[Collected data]
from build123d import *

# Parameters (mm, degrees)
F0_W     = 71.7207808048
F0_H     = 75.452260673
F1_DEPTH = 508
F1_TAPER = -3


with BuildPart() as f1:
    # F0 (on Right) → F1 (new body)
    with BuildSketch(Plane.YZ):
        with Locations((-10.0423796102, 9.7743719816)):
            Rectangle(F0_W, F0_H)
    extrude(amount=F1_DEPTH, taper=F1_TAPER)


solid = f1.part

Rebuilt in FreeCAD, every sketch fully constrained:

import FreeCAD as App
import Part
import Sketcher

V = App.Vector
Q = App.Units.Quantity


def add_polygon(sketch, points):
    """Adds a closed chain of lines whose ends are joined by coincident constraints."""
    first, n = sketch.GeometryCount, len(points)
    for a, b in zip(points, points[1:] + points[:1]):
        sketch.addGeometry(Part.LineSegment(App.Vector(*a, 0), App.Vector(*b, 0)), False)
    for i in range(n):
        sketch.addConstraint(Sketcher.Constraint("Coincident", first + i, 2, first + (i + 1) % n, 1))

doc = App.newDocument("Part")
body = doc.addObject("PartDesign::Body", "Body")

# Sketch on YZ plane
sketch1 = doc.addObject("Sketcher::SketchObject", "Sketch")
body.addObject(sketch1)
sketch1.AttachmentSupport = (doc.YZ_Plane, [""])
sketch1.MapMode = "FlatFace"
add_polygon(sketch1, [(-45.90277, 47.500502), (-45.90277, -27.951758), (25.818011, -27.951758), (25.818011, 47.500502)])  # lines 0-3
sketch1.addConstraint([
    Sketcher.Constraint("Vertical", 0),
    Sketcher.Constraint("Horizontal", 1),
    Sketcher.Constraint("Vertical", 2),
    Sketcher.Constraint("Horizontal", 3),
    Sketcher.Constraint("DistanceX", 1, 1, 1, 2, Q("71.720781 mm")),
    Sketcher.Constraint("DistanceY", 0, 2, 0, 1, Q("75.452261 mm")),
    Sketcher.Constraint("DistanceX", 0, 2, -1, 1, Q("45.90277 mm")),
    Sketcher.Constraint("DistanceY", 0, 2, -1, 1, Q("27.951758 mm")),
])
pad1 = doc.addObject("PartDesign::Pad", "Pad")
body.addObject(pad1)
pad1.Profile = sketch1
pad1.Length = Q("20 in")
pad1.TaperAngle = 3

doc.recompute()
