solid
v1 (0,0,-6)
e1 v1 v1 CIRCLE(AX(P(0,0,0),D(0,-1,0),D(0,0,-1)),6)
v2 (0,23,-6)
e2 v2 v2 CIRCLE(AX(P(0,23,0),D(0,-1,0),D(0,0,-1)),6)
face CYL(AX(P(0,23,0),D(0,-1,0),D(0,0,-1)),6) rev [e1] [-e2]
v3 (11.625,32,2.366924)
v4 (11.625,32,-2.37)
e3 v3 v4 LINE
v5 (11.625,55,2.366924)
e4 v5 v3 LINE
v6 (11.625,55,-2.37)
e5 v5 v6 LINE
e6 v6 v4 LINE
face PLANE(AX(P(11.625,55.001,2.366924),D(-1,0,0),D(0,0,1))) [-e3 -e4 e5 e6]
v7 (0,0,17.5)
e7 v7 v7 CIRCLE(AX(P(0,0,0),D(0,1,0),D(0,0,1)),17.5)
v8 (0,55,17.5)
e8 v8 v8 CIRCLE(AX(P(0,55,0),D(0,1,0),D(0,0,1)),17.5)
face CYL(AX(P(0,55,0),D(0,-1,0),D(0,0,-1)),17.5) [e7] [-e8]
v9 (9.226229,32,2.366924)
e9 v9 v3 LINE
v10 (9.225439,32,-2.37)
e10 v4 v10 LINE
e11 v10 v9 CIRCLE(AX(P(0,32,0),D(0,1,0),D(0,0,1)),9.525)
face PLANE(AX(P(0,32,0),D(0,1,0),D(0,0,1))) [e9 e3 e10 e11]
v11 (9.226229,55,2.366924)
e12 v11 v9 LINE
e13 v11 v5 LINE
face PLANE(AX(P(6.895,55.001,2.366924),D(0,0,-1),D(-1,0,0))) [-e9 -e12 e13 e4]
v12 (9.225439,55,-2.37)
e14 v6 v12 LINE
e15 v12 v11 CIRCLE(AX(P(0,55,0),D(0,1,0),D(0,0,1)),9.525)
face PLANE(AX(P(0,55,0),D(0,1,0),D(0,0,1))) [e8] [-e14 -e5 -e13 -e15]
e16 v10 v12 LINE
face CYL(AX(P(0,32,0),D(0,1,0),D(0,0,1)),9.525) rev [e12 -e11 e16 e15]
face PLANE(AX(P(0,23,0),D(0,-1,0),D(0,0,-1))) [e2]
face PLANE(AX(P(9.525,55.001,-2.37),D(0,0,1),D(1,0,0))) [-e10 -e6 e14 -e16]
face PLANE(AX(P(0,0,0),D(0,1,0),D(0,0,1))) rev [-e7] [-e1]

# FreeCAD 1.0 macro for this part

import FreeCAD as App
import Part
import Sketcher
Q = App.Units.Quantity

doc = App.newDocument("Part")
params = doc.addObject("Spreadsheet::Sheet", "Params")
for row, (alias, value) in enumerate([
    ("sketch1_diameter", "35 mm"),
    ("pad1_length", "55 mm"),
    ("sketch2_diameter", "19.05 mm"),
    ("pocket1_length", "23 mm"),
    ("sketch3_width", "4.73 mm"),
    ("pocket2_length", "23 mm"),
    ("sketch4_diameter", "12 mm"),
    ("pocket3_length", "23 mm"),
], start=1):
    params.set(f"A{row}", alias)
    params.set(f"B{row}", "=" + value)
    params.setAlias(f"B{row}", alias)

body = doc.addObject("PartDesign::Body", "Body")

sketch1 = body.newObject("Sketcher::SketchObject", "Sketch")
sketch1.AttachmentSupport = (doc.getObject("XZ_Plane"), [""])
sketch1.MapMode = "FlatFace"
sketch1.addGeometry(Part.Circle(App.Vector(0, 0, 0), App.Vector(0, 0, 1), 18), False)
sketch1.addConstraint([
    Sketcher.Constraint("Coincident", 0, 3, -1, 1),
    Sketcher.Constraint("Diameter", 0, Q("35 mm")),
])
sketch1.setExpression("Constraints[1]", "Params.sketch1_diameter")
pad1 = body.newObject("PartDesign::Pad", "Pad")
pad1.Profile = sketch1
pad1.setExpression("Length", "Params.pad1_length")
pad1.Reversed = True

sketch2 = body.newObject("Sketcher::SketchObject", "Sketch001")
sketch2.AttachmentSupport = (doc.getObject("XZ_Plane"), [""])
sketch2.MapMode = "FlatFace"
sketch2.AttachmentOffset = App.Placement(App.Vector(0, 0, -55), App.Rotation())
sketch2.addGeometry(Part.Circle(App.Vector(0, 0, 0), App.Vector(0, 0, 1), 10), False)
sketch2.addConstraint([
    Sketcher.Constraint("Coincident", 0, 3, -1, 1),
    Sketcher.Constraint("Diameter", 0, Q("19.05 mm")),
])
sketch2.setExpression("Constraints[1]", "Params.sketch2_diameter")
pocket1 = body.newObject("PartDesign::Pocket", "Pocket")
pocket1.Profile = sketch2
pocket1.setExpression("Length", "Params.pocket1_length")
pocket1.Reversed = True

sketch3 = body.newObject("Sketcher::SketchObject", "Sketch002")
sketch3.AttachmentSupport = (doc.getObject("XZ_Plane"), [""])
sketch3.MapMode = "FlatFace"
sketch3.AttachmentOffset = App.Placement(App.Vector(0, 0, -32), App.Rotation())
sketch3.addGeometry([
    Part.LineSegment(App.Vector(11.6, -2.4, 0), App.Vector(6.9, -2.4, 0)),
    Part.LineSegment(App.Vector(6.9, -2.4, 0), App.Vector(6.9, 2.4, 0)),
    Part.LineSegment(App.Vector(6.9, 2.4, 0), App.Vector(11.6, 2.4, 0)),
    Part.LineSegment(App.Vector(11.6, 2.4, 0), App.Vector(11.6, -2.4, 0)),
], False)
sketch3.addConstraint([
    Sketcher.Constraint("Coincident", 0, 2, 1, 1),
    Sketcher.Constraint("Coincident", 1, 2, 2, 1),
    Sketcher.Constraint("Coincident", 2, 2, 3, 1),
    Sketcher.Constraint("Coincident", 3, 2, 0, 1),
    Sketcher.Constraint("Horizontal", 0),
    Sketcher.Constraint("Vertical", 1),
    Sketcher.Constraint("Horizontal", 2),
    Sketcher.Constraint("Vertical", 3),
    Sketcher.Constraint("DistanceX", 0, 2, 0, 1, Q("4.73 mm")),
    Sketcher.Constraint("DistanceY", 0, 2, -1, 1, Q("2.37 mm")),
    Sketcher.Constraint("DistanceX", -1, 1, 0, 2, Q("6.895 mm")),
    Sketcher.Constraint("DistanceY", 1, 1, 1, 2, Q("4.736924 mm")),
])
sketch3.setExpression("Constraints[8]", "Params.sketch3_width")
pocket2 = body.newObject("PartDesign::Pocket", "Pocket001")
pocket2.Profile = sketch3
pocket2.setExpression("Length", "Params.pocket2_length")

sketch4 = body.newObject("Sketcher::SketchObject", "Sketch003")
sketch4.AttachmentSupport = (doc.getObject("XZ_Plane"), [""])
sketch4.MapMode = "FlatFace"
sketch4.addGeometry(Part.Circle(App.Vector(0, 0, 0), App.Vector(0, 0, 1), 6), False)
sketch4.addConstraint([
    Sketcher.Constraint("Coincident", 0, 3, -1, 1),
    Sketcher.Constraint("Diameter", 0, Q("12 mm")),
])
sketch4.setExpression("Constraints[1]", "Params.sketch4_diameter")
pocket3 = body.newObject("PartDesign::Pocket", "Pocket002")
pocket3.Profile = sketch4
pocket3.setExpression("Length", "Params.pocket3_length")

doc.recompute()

---

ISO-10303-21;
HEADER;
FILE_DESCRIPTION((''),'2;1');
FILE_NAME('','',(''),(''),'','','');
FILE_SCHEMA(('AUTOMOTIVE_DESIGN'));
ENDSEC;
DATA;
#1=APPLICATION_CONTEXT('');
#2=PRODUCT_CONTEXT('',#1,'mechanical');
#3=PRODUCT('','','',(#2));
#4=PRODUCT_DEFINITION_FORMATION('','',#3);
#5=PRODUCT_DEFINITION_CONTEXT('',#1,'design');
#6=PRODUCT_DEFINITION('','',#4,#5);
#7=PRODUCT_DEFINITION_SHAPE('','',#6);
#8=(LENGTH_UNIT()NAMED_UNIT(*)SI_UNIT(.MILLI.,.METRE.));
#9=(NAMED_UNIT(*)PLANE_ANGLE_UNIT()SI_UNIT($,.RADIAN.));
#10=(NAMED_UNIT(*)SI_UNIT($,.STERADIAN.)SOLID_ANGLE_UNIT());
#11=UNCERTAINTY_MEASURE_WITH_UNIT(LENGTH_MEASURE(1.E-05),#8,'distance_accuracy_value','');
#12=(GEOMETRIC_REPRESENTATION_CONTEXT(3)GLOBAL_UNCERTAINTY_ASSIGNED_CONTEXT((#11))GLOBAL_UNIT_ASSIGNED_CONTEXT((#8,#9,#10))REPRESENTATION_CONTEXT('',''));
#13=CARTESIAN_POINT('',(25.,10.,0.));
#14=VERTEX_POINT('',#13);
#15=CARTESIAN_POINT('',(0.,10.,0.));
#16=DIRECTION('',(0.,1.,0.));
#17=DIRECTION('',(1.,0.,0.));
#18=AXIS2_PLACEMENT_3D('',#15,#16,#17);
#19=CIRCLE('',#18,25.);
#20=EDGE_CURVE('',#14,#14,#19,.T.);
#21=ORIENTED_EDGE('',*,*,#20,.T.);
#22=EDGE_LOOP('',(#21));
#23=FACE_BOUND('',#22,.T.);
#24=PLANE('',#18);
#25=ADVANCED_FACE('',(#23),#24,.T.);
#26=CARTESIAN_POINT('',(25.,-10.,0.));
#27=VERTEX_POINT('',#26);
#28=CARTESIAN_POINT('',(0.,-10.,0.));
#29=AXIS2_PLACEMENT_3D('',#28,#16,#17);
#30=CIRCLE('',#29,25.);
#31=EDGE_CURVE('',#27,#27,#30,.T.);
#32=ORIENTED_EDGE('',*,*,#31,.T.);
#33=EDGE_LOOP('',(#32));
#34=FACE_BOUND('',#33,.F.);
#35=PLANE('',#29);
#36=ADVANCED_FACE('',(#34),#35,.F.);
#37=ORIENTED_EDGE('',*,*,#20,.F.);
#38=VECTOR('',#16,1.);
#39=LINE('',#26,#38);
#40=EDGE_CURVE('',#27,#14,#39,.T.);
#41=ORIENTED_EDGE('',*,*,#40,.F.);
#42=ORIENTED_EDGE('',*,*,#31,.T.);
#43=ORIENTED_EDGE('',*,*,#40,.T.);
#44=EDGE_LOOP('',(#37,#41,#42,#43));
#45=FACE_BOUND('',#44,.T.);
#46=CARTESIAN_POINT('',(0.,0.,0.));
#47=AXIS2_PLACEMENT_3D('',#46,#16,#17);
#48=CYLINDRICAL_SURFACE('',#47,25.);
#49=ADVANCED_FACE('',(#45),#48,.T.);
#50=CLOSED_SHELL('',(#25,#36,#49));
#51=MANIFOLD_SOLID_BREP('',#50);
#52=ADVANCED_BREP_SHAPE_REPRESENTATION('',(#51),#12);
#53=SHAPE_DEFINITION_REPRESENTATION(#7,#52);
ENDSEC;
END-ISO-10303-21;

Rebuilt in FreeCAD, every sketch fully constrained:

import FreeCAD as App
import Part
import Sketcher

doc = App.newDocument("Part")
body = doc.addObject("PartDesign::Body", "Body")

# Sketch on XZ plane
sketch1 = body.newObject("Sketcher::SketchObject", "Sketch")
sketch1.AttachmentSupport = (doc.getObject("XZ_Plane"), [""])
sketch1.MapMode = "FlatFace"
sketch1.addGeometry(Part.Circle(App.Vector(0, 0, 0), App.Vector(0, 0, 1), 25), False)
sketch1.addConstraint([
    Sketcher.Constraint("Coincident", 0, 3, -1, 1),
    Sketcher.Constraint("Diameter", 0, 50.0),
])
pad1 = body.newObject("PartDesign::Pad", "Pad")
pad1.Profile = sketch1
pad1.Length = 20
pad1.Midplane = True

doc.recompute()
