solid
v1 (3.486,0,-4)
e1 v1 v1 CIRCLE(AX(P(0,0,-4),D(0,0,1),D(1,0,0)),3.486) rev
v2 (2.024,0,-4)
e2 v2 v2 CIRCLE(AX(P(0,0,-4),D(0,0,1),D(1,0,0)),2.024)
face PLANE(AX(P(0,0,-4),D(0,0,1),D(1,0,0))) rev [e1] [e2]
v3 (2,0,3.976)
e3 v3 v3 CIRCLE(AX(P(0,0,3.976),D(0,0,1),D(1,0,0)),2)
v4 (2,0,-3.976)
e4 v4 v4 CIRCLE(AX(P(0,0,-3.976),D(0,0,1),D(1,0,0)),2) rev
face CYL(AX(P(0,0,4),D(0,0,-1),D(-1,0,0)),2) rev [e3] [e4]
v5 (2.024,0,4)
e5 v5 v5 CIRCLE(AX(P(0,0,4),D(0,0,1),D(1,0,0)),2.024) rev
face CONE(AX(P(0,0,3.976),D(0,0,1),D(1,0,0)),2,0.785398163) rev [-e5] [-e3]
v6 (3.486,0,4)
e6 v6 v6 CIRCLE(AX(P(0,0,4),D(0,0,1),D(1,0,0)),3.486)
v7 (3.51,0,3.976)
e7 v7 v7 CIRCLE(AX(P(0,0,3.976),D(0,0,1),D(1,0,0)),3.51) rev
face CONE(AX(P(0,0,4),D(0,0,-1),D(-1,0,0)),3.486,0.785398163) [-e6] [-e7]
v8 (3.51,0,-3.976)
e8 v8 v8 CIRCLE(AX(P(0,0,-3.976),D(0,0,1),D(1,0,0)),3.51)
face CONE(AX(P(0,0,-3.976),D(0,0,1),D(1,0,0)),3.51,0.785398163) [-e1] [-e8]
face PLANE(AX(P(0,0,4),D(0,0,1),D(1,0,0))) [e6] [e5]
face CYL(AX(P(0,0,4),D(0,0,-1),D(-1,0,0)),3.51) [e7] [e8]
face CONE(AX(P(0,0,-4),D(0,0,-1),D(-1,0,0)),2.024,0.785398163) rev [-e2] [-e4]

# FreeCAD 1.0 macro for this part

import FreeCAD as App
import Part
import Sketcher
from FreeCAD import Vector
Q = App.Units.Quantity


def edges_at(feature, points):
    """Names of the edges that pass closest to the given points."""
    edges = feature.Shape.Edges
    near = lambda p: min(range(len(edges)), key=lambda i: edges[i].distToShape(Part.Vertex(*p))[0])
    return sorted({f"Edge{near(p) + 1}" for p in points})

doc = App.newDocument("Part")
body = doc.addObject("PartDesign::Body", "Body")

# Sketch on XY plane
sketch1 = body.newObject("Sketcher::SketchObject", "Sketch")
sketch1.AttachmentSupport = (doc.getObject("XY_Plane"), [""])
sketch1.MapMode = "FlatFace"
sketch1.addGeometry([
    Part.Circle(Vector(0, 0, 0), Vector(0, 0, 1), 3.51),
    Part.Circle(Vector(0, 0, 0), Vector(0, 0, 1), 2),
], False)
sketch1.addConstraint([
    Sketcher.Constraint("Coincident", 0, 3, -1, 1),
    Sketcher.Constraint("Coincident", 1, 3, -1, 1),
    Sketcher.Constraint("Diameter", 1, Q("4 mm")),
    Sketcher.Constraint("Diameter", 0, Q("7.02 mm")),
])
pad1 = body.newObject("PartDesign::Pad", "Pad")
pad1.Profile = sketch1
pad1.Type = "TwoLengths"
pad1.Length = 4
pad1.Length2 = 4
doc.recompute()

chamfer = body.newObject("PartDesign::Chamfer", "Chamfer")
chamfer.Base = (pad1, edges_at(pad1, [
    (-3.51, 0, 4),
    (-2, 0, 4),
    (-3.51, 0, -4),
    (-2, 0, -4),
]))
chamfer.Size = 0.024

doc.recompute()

-- ASSIGNMENT --
Would you print exactly, and only, the lines of the data above from the line with "#13=CARTESIAN_POINT('',(25.,10.,0.));" through the line with "#45=FACE_BOUND('',#44,.T.);", inclusive?

-- SOLUTION TO THIS PROBLEM --
#13=CARTESIAN_POINT('',(25.,10.,0.));
#14=VERTEX_POINT('',#13);
#15=CARTESIAN_POINT('',(0.,10.,0.));
#16=DIRECTION('',(0.,1.,0.));
#17=DIRECTION('',(1.,0.,0.));
#18=AXIS2_PLACEMENT_3D('',#15,#16,#17);
#19=CIRCLE('',#18,25.);
#20=EDGE_CURVE('',#14,#14,#19,.T.);
#21=ORIENTED_EDGE('',*,*,#20,.T.);
#22=EDGE_LOOP('',(#21));
#23=FACE_BOUND('',#22,.T.);
#24=PLANE('',#18);
#25=ADVANCED_FACE('',(#23),#24,.T.);
#26=CARTESIAN_POINT('',(25.,-10.,0.));
#27=VERTEX_POINT('',#26);
#28=CARTESIAN_POINT('',(0.,-10.,0.));
#29=AXIS2_PLACEMENT_3D('',#28,#16,#17);
#30=CIRCLE('',#29,25.);
#31=EDGE_CURVE('',#27,#27,#30,.T.);
#32=ORIENTED_EDGE('',*,*,#31,.T.);
#33=EDGE_LOOP('',(#32));
#34=FACE_BOUND('',#33,.F.);
#35=PLANE('',#29);
#36=ADVANCED_FACE('',(#34),#35,.F.);
#37=ORIENTED_EDGE('',*,*,#20,.F.);
#38=VECTOR('',#16,1.);
#39=LINE('',#26,#38);
#40=EDGE_CURVE('',#27,#14,#39,.T.);
#41=ORIENTED_EDGE('',*,*,#40,.F.);
#42=ORIENTED_EDGE('',*,*,#31,.T.);
#43=ORIENTED_EDGE('',*,*,#40,.T.);
#44=EDGE_LOOP('',(#37,#41,#42,#43));
#45=FACE_BOUND('',#44,.T.);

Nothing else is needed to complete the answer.